TASK DESCRIPTION =>
Return every line from the one with "f 201 177 192" through the one with "f 12 247 255", inclusive, exactly as it appears below.

MATERIAL SUPPLIED =>
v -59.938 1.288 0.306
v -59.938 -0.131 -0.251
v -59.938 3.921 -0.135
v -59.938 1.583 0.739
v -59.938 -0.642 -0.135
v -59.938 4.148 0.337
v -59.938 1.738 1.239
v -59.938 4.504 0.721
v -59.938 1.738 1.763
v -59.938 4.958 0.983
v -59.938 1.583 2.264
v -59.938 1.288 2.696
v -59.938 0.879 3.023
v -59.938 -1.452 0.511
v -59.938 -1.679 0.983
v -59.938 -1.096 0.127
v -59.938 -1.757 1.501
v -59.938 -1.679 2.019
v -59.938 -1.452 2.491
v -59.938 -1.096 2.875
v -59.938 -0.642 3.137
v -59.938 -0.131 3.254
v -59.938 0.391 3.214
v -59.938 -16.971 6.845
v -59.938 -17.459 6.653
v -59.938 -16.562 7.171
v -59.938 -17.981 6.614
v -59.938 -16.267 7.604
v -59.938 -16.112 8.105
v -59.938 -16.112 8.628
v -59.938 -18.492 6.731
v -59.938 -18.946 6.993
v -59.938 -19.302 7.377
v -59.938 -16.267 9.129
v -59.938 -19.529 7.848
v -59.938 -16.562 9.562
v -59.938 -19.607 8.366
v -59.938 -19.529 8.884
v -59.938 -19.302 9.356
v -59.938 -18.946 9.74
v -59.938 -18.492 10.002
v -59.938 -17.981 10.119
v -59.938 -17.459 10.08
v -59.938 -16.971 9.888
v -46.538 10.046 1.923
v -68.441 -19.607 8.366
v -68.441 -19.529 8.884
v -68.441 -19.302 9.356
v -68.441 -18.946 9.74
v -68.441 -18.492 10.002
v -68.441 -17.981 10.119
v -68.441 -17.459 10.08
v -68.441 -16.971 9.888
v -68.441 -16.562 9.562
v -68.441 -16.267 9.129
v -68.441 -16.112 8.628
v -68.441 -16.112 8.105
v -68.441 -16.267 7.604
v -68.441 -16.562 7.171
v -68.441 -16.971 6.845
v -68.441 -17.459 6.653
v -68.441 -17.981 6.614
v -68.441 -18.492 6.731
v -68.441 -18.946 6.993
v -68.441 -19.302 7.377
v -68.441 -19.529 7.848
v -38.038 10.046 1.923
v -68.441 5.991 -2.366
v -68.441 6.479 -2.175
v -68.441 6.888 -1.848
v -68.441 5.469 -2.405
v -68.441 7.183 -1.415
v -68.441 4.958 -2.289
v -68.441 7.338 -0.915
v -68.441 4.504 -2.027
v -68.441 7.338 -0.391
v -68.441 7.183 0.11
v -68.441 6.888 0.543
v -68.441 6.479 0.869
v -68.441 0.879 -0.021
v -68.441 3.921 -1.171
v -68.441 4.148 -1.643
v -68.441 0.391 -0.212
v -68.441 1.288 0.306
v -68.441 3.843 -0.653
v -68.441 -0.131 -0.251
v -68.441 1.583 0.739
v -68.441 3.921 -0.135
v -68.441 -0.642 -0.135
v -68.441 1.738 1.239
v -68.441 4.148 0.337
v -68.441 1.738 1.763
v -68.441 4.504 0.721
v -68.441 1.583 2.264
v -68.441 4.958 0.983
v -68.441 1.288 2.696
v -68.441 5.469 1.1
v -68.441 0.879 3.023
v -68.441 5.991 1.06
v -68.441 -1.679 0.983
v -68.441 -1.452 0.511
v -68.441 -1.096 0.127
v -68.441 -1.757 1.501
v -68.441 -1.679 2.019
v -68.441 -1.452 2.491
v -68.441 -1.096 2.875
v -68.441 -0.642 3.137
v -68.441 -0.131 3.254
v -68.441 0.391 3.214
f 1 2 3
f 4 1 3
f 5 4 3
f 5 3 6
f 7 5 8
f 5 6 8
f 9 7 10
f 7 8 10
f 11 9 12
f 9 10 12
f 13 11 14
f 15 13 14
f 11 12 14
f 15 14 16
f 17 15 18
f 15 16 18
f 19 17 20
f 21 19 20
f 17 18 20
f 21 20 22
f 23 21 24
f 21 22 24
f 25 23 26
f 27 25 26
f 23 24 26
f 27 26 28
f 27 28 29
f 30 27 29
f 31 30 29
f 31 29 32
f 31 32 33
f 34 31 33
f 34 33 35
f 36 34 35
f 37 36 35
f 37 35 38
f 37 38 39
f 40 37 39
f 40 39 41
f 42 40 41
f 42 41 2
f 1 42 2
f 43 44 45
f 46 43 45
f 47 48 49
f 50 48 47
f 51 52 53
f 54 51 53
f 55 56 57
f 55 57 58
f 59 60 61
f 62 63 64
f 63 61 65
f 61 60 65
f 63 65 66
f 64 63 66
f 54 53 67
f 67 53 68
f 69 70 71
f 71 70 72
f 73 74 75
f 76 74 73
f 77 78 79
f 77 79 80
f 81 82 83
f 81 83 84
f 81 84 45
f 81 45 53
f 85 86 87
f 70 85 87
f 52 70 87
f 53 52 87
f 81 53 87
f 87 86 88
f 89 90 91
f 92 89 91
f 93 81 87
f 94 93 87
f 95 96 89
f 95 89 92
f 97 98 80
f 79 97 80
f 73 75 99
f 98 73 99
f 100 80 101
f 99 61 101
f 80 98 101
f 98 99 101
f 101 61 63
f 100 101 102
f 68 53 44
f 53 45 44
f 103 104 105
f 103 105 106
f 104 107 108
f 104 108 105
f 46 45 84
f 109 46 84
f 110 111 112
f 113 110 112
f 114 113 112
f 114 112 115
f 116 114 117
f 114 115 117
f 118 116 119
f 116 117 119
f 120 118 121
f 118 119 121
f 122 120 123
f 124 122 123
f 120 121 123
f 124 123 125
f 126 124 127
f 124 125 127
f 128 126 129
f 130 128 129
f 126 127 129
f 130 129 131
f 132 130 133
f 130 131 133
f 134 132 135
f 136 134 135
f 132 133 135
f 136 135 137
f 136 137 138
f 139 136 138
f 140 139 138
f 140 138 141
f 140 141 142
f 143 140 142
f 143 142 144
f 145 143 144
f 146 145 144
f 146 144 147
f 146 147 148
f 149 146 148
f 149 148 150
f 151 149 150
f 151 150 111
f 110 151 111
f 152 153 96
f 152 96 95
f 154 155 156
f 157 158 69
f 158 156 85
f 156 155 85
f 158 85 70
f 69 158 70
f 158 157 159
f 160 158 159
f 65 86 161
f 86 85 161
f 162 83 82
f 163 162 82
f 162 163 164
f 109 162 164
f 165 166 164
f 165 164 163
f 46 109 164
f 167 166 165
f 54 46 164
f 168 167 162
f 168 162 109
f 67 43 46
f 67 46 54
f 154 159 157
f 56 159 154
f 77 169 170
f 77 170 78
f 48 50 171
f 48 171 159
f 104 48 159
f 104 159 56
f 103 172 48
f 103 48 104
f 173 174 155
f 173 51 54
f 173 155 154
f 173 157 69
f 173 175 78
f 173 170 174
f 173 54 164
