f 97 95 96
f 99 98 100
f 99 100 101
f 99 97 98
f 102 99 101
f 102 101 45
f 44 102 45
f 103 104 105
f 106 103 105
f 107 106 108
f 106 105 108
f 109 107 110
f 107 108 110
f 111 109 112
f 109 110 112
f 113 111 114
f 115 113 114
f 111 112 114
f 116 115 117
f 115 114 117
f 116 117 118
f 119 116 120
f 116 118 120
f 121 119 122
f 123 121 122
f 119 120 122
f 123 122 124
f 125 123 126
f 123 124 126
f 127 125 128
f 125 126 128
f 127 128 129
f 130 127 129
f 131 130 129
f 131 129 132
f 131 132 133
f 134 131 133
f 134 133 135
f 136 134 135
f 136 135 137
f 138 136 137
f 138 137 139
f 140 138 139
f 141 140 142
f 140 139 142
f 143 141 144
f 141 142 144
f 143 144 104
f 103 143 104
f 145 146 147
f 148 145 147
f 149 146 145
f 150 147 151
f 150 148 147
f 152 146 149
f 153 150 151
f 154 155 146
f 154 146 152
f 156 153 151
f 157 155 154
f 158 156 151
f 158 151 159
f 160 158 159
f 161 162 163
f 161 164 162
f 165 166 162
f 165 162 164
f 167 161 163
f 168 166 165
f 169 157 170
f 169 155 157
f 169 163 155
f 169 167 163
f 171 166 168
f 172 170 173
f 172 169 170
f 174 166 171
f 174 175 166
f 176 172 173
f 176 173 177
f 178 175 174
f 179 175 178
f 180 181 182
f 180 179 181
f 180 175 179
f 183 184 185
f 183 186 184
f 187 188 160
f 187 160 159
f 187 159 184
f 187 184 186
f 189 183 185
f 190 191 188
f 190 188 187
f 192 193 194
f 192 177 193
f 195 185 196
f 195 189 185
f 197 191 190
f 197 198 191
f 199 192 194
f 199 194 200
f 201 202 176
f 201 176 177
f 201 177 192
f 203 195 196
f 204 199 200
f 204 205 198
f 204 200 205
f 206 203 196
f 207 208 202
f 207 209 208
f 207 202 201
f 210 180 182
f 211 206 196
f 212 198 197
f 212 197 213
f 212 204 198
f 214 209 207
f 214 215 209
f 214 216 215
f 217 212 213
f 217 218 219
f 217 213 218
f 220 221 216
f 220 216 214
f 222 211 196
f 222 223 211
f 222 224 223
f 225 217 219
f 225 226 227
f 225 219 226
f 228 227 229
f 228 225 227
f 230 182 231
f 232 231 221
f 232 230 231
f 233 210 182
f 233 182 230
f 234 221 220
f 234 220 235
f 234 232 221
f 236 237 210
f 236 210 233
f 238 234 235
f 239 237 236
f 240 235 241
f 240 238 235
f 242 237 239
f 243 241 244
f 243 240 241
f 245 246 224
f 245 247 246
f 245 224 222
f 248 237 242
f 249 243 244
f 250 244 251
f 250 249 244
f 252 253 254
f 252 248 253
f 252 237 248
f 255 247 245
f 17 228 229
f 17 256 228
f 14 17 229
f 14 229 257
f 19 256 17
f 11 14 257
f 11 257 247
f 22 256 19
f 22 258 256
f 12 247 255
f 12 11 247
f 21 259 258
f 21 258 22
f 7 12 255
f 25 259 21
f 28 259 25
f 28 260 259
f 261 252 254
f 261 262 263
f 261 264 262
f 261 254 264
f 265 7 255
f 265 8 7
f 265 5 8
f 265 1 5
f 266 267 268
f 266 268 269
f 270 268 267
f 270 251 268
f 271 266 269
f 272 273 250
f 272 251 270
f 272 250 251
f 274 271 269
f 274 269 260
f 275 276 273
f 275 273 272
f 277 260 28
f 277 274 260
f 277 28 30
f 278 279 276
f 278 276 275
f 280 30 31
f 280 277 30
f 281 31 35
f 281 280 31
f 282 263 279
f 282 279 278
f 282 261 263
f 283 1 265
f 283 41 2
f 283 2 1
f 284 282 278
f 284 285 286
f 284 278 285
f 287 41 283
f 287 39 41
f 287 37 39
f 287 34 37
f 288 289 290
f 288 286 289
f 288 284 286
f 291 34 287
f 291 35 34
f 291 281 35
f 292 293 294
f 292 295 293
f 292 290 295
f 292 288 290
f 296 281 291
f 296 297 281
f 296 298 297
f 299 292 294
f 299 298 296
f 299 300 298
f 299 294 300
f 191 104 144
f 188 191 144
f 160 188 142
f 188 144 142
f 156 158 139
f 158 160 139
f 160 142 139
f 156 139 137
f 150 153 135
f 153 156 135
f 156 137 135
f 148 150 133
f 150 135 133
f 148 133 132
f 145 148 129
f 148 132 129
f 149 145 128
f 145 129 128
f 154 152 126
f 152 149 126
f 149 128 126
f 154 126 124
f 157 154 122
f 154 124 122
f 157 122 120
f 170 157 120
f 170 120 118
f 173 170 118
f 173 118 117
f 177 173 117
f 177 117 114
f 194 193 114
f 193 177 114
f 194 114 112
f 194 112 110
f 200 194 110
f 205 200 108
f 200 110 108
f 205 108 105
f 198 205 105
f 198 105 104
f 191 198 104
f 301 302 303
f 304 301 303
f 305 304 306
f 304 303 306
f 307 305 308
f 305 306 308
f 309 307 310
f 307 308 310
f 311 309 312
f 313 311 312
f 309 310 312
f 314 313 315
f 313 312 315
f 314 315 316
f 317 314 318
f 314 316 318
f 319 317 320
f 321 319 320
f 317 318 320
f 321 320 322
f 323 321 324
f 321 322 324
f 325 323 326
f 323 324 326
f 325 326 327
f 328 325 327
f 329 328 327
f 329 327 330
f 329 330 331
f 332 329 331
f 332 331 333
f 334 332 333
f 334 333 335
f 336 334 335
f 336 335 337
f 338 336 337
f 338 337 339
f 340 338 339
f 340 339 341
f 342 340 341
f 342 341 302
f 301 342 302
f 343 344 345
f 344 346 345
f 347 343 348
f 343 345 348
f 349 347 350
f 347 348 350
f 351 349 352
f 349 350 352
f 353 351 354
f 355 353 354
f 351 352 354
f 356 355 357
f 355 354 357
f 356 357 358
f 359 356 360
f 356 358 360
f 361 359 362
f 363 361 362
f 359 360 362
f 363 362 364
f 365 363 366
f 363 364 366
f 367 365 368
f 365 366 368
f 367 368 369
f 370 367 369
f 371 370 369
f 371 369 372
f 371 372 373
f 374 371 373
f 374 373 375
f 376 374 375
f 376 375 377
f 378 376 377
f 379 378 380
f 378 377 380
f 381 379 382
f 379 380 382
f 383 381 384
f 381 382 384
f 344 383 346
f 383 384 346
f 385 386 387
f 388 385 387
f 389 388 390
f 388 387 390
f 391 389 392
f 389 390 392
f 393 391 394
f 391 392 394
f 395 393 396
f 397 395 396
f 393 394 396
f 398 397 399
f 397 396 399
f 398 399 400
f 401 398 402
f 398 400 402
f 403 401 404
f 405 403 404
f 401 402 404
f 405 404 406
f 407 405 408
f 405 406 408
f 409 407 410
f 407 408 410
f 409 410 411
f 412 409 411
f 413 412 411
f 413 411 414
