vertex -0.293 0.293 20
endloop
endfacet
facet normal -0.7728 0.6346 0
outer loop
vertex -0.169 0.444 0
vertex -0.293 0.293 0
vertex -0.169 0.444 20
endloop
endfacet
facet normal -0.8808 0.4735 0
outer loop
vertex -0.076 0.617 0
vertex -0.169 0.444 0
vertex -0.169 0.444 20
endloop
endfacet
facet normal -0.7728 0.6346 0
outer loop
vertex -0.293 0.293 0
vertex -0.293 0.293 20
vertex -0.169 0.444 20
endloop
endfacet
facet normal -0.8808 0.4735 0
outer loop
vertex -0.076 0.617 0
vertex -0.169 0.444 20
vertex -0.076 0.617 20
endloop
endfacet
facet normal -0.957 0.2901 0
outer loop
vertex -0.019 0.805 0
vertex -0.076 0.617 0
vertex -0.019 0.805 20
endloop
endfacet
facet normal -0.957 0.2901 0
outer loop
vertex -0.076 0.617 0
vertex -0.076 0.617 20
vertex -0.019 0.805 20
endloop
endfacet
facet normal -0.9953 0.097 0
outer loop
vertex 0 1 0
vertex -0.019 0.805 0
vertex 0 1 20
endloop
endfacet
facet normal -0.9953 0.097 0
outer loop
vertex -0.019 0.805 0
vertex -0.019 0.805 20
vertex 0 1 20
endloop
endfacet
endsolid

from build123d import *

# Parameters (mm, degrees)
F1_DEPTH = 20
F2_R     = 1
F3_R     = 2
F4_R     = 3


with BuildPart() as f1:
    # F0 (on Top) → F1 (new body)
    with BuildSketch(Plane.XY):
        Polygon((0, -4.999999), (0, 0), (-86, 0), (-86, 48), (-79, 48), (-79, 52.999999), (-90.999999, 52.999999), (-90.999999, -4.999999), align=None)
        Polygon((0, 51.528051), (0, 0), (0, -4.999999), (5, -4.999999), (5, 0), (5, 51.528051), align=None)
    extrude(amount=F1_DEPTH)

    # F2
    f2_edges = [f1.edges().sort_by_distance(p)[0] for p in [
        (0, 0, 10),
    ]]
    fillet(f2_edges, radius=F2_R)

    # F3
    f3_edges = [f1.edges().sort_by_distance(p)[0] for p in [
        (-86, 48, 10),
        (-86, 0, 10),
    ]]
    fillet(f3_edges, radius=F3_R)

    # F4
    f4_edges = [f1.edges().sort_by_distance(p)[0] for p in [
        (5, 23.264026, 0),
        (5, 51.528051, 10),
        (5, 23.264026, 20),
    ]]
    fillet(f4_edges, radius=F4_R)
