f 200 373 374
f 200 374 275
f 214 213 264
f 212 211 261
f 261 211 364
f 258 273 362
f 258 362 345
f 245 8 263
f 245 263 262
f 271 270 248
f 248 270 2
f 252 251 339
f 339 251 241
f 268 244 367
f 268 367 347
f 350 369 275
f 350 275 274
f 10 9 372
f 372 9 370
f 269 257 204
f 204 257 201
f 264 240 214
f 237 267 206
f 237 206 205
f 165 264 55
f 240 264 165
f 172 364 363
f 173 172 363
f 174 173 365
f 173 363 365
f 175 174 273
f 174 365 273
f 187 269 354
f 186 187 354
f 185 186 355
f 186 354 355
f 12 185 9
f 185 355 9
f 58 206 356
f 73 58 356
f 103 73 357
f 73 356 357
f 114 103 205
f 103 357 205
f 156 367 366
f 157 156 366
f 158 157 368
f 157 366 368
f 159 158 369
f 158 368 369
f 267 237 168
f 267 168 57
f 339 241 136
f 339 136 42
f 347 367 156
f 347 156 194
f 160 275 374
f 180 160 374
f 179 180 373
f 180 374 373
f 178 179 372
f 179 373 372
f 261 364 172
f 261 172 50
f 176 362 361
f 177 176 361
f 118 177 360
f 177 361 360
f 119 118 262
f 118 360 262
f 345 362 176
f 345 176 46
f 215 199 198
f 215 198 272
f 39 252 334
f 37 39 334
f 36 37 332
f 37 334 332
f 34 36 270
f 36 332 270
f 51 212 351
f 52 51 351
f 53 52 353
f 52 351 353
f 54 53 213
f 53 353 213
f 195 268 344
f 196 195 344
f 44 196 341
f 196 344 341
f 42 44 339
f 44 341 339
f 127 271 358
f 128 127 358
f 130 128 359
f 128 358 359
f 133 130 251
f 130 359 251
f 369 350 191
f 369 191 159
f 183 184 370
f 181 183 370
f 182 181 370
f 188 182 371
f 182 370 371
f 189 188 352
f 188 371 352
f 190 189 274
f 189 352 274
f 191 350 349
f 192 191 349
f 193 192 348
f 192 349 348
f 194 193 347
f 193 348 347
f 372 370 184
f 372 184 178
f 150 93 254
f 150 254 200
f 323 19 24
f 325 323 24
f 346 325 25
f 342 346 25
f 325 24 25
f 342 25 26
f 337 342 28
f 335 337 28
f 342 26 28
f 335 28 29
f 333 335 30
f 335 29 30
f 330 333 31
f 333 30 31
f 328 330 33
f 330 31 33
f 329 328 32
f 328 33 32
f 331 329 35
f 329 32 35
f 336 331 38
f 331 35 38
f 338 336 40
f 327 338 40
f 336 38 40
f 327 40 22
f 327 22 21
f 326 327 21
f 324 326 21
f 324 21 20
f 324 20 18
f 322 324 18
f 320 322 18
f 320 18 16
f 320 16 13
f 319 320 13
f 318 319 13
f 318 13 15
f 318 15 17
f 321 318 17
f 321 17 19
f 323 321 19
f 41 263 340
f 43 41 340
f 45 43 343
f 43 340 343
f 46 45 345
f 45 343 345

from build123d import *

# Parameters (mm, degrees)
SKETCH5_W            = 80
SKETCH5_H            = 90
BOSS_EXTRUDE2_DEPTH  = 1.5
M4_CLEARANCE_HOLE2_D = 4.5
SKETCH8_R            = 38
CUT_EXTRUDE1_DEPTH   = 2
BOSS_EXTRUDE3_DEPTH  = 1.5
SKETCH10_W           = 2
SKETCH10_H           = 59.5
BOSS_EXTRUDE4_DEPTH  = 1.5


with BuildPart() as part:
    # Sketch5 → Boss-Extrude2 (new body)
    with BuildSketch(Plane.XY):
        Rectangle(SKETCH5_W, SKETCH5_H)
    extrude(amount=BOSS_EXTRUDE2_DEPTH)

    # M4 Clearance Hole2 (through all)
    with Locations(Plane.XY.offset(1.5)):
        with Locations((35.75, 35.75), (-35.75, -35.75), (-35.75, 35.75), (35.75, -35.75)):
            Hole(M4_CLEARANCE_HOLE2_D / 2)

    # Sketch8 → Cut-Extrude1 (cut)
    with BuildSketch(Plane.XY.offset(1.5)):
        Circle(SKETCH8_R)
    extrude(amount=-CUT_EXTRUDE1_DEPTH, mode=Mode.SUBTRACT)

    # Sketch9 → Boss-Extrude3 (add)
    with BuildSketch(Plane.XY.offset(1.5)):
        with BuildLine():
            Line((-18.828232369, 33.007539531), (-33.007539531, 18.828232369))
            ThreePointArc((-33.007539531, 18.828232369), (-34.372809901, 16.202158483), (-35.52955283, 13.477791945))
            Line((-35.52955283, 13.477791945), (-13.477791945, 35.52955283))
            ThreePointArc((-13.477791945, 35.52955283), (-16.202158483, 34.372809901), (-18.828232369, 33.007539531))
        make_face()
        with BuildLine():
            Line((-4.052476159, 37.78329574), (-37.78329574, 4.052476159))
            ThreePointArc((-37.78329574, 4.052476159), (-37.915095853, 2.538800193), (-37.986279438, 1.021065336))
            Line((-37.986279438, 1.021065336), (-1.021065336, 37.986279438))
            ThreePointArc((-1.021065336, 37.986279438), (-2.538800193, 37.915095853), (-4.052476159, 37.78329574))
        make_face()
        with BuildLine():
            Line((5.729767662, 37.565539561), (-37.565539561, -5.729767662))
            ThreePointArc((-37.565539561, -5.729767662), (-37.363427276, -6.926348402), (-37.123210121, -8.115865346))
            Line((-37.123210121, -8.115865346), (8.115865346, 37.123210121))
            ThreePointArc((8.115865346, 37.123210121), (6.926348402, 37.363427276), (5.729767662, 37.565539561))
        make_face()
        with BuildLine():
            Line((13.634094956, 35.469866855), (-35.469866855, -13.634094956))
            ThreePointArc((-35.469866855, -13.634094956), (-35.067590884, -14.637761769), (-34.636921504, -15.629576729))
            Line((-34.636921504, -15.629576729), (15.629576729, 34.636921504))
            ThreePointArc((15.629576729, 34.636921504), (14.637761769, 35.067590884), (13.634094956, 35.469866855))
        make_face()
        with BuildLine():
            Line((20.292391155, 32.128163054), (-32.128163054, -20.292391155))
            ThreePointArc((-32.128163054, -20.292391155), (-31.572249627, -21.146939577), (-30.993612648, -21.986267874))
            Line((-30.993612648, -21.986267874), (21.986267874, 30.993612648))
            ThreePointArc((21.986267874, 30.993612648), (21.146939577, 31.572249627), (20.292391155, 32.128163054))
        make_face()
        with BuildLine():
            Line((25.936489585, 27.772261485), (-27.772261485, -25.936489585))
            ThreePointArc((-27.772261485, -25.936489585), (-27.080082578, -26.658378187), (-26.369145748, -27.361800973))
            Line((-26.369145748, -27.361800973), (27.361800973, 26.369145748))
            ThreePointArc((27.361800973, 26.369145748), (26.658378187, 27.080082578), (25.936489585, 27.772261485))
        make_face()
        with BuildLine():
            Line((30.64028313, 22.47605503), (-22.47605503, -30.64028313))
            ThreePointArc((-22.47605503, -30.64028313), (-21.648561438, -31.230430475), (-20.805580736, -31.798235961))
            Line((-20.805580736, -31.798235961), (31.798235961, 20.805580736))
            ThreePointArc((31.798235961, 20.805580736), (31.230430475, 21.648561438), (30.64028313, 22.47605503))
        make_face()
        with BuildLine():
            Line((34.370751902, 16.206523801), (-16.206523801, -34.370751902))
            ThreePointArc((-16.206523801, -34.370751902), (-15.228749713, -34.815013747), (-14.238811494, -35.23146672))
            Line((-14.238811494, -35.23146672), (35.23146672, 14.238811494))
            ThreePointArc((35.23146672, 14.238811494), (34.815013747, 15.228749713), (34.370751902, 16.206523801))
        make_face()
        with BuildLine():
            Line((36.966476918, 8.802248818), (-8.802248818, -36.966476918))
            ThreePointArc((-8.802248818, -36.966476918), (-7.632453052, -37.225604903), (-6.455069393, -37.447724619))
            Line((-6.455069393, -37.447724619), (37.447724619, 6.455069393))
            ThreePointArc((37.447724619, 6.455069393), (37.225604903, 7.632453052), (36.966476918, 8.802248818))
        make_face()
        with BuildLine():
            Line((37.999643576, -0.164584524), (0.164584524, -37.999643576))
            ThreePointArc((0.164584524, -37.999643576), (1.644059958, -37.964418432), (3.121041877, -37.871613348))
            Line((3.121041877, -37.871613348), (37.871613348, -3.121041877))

FINISHED EXERCISE =>
f 201 177 192
f 203 195 196
f 204 199 200
f 204 205 198
f 204 200 205
f 206 203 196
f 207 208 202
f 207 209 208
f 207 202 201
f 210 180 182
f 211 206 196
f 212 198 197
f 212 197 213
f 212 204 198
f 214 209 207
f 214 215 209
f 214 216 215
f 217 212 213
f 217 218 219
f 217 213 218
f 220 221 216
f 220 216 214
f 222 211 196
f 222 223 211
f 222 224 223
f 225 217 219
f 225 226 227
f 225 219 226
f 228 227 229
f 228 225 227
f 230 182 231
f 232 231 221
f 232 230 231
f 233 210 182
f 233 182 230
f 234 221 220
f 234 220 235
f 234 232 221
f 236 237 210
f 236 210 233
f 238 234 235
f 239 237 236
f 240 235 241
f 240 238 235
f 242 237 239
f 243 241 244
f 243 240 241
f 245 246 224
f 245 247 246
f 245 224 222
f 248 237 242
f 249 243 244
f 250 244 251
f 250 249 244
f 252 253 254
f 252 248 253
f 252 237 248
f 255 247 245
f 17 228 229
f 17 256 228
f 14 17 229
f 14 229 257
f 19 256 17
f 11 14 257
f 11 257 247
f 22 256 19
f 22 258 256
f 12 247 255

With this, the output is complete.